_WHAT YOU WILL DO_: Within the entries below, the lines from the one with "#145=ORIENTED_EDGE('',*,*,#107,.F.);" through the one with "FreeCAD Python script" are to be set down exactly, both ends kept.
+++ STORED DATA +++
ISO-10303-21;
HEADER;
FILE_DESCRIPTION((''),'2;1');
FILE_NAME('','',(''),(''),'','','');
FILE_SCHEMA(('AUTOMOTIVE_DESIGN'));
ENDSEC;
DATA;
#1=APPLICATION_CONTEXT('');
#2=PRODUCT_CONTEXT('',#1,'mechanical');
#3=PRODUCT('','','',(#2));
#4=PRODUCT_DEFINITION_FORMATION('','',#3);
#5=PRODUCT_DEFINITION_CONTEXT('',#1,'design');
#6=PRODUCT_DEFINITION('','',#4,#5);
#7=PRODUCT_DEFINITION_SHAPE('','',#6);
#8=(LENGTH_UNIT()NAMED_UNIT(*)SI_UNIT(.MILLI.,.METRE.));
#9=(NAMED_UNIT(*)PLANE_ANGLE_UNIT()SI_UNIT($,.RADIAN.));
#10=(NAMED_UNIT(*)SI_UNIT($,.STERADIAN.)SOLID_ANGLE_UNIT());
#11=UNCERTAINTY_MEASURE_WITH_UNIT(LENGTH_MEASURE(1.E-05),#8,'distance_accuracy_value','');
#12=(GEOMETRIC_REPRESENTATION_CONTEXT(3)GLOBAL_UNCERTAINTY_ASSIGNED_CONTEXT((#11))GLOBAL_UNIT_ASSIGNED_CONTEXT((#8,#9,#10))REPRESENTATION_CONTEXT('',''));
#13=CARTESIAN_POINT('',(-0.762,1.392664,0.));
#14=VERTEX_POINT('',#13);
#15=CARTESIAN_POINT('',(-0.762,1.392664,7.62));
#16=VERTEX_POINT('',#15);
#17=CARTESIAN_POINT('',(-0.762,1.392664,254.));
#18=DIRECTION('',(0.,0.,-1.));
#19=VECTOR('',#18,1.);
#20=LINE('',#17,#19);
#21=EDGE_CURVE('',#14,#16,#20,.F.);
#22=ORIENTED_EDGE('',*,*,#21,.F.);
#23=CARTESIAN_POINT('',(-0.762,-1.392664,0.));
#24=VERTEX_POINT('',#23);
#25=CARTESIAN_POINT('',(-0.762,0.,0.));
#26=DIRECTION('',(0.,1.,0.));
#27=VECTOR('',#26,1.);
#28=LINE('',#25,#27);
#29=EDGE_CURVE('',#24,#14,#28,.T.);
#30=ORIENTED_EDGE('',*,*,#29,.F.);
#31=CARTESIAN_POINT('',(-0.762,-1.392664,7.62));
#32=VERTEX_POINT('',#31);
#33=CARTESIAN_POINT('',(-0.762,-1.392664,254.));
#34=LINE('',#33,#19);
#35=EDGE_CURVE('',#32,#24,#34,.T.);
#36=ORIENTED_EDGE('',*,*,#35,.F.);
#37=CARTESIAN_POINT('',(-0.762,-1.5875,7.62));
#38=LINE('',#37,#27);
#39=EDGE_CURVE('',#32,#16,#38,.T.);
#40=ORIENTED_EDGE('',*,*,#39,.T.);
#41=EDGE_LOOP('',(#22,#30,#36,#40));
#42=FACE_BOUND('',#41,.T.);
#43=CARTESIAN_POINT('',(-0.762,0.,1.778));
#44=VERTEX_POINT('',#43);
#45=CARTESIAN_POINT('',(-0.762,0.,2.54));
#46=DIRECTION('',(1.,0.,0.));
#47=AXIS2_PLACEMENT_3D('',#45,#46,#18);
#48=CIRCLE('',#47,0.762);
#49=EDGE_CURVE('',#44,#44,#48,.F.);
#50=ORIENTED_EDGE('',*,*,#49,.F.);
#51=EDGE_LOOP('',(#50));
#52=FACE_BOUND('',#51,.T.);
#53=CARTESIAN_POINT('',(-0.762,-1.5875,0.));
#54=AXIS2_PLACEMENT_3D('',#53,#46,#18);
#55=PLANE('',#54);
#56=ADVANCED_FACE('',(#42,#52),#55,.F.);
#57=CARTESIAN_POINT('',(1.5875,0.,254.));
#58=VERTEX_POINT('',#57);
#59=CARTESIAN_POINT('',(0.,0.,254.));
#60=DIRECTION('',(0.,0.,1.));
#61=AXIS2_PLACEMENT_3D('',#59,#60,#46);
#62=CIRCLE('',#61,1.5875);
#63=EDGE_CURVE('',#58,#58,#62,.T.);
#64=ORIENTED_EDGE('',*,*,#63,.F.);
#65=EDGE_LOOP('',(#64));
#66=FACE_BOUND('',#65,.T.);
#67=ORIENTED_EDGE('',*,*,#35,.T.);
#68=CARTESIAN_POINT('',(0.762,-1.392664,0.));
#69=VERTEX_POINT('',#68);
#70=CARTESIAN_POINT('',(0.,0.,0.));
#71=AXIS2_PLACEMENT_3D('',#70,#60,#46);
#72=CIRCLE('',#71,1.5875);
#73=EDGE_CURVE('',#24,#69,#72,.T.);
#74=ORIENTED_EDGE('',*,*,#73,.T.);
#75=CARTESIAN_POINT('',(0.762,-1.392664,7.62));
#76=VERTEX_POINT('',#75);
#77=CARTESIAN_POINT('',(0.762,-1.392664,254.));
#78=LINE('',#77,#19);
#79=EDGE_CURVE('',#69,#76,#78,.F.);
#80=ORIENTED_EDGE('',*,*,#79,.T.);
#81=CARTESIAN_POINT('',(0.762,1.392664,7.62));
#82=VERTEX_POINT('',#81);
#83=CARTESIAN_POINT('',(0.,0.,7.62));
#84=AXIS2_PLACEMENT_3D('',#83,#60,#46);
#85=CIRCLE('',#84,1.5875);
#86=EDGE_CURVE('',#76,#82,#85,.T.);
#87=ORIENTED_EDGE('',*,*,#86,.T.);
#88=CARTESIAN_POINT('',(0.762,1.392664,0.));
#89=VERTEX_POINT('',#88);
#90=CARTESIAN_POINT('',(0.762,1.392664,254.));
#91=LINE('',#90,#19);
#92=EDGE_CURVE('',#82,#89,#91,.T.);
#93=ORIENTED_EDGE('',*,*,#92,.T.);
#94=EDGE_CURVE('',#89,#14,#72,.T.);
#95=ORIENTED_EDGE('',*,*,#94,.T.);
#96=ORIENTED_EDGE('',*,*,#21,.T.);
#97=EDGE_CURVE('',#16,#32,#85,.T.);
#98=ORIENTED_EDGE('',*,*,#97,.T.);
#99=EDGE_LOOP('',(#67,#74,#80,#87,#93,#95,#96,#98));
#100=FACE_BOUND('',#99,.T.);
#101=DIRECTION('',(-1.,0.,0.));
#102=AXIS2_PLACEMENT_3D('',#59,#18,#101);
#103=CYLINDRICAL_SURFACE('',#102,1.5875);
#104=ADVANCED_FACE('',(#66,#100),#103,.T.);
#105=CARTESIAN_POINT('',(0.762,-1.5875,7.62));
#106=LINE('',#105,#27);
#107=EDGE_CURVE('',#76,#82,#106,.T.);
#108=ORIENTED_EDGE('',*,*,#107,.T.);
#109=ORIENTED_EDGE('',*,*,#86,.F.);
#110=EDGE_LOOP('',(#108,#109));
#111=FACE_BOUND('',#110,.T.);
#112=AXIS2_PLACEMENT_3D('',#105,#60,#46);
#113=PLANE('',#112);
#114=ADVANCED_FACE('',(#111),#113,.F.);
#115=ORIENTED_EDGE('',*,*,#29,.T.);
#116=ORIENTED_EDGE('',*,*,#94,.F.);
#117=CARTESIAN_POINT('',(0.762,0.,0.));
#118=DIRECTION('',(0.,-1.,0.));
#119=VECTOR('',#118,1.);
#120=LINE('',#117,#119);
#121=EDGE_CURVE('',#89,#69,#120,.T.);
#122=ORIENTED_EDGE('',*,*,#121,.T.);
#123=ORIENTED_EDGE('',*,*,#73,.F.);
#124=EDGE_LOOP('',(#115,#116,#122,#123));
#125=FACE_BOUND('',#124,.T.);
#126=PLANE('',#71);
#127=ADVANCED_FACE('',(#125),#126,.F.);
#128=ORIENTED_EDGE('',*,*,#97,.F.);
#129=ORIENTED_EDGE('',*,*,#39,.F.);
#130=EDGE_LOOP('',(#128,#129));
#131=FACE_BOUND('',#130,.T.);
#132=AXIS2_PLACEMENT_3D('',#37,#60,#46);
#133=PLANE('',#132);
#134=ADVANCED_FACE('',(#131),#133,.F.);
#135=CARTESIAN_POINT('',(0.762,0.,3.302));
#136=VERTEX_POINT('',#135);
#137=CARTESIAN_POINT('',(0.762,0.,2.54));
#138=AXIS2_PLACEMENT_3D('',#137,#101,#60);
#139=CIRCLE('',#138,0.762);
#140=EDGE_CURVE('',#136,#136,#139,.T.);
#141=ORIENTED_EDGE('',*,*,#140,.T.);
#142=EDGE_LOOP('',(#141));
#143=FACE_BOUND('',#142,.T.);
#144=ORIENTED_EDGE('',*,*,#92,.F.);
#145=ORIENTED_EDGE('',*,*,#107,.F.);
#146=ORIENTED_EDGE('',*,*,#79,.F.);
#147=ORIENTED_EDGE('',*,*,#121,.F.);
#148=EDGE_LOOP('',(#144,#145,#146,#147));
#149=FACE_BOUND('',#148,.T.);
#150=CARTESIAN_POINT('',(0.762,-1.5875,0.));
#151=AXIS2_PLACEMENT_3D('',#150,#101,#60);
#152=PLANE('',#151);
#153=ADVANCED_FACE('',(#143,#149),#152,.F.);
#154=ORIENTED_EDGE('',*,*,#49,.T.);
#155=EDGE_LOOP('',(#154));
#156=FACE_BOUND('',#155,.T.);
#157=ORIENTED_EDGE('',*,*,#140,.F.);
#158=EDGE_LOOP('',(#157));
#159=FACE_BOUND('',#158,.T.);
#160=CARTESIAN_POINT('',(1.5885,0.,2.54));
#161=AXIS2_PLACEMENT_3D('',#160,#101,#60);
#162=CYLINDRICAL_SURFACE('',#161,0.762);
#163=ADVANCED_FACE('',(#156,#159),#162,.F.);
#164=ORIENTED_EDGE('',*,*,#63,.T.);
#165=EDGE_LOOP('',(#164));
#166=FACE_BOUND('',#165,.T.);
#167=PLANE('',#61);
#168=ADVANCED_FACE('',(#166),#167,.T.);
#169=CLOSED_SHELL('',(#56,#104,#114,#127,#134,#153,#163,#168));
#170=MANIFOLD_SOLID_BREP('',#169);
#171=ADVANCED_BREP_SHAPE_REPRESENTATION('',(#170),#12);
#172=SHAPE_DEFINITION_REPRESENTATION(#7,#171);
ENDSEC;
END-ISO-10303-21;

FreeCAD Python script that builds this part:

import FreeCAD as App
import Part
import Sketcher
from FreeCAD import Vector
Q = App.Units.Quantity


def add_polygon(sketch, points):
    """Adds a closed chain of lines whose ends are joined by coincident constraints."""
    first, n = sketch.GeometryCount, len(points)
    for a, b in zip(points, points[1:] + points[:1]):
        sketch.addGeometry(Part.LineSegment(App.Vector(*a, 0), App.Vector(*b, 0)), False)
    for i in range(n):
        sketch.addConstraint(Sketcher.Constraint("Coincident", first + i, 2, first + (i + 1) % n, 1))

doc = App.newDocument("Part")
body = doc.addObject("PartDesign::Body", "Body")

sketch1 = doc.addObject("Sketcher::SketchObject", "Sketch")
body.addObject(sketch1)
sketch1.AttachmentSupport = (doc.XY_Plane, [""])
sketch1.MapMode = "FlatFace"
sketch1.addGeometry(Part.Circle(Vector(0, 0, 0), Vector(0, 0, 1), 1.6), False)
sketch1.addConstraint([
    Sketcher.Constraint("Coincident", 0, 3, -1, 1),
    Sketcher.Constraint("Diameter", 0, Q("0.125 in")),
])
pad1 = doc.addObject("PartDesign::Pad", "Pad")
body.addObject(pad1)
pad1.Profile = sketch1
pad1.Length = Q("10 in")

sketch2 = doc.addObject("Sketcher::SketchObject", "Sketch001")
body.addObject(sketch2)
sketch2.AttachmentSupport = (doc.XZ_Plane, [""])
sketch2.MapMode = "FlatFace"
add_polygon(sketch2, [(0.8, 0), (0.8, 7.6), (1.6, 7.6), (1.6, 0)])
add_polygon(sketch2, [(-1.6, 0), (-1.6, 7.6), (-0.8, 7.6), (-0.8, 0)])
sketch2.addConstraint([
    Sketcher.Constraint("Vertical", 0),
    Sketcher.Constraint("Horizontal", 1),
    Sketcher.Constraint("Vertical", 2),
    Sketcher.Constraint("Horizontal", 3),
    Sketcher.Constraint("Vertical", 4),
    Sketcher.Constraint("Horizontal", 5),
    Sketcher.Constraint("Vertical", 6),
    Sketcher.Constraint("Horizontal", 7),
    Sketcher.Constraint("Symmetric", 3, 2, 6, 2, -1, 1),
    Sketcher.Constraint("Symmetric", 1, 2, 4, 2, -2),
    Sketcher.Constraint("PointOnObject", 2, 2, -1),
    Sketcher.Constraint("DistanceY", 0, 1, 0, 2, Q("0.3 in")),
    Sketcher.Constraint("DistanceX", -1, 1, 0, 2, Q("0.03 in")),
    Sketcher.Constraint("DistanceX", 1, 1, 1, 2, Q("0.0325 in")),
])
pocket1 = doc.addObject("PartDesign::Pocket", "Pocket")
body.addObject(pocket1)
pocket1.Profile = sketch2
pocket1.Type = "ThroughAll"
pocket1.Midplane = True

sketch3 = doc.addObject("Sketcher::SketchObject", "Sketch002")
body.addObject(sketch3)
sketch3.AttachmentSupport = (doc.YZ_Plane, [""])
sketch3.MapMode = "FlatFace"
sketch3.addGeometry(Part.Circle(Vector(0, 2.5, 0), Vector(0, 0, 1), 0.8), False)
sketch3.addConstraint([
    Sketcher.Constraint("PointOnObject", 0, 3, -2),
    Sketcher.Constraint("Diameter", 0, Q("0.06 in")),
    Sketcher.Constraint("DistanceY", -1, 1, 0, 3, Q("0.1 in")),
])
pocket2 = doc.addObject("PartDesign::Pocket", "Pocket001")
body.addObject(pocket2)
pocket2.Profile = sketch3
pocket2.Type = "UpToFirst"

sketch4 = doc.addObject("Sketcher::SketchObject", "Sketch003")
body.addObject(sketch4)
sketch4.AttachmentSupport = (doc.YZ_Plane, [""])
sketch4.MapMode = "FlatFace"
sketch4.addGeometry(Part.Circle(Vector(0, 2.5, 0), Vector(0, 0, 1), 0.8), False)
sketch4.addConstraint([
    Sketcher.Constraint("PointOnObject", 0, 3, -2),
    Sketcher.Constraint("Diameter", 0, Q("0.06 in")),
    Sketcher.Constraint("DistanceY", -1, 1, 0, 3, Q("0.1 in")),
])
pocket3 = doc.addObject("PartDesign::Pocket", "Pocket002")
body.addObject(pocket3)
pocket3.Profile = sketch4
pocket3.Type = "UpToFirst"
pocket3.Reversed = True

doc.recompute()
+++
_TASK RESULT_:
#145=ORIENTED_EDGE('',*,*,#107,.F.);
#146=ORIENTED_EDGE('',*,*,#79,.F.);
#147=ORIENTED_EDGE('',*,*,#121,.F.);
#148=EDGE_LOOP('',(#144,#145,#146,#147));
#149=FACE_BOUND('',#148,.T.);
#150=CARTESIAN_POINT('',(0.762,-1.5875,0.));
#151=AXIS2_PLACEMENT_3D('',#150,#101,#60);
#152=PLANE('',#151);
#153=ADVANCED_FACE('',(#143,#149),#152,.F.);
#154=ORIENTED_EDGE('',*,*,#49,.T.);
#155=EDGE_LOOP('',(#154));
#156=FACE_BOUND('',#155,.T.);
#157=ORIENTED_EDGE('',*,*,#140,.F.);
#158=EDGE_LOOP('',(#157));
#159=FACE_BOUND('',#158,.T.);
#160=CARTESIAN_POINT('',(1.5885,0.,2.54));
#161=AXIS2_PLACEMENT_3D('',#160,#101,#60);
#162=CYLINDRICAL_SURFACE('',#161,0.762);
#163=ADVANCED_FACE('',(#156,#159),#162,.F.);
#164=ORIENTED_EDGE('',*,*,#63,.T.);
#165=EDGE_LOOP('',(#164));
#166=FACE_BOUND('',#165,.T.);
#167=PLANE('',#61);
#168=ADVANCED_FACE('',(#166),#167,.T.);
#169=CLOSED_SHELL('',(#56,#104,#114,#127,#134,#153,#163,#168));
#170=MANIFOLD_SOLID_BREP('',#169);
#171=ADVANCED_BREP_SHAPE_REPRESENTATION('',(#170),#12);
#172=SHAPE_DEFINITION_REPRESENTATION(#7,#171);
ENDSEC;
END-ISO-10303-21;

FreeCAD Python script that builds this part:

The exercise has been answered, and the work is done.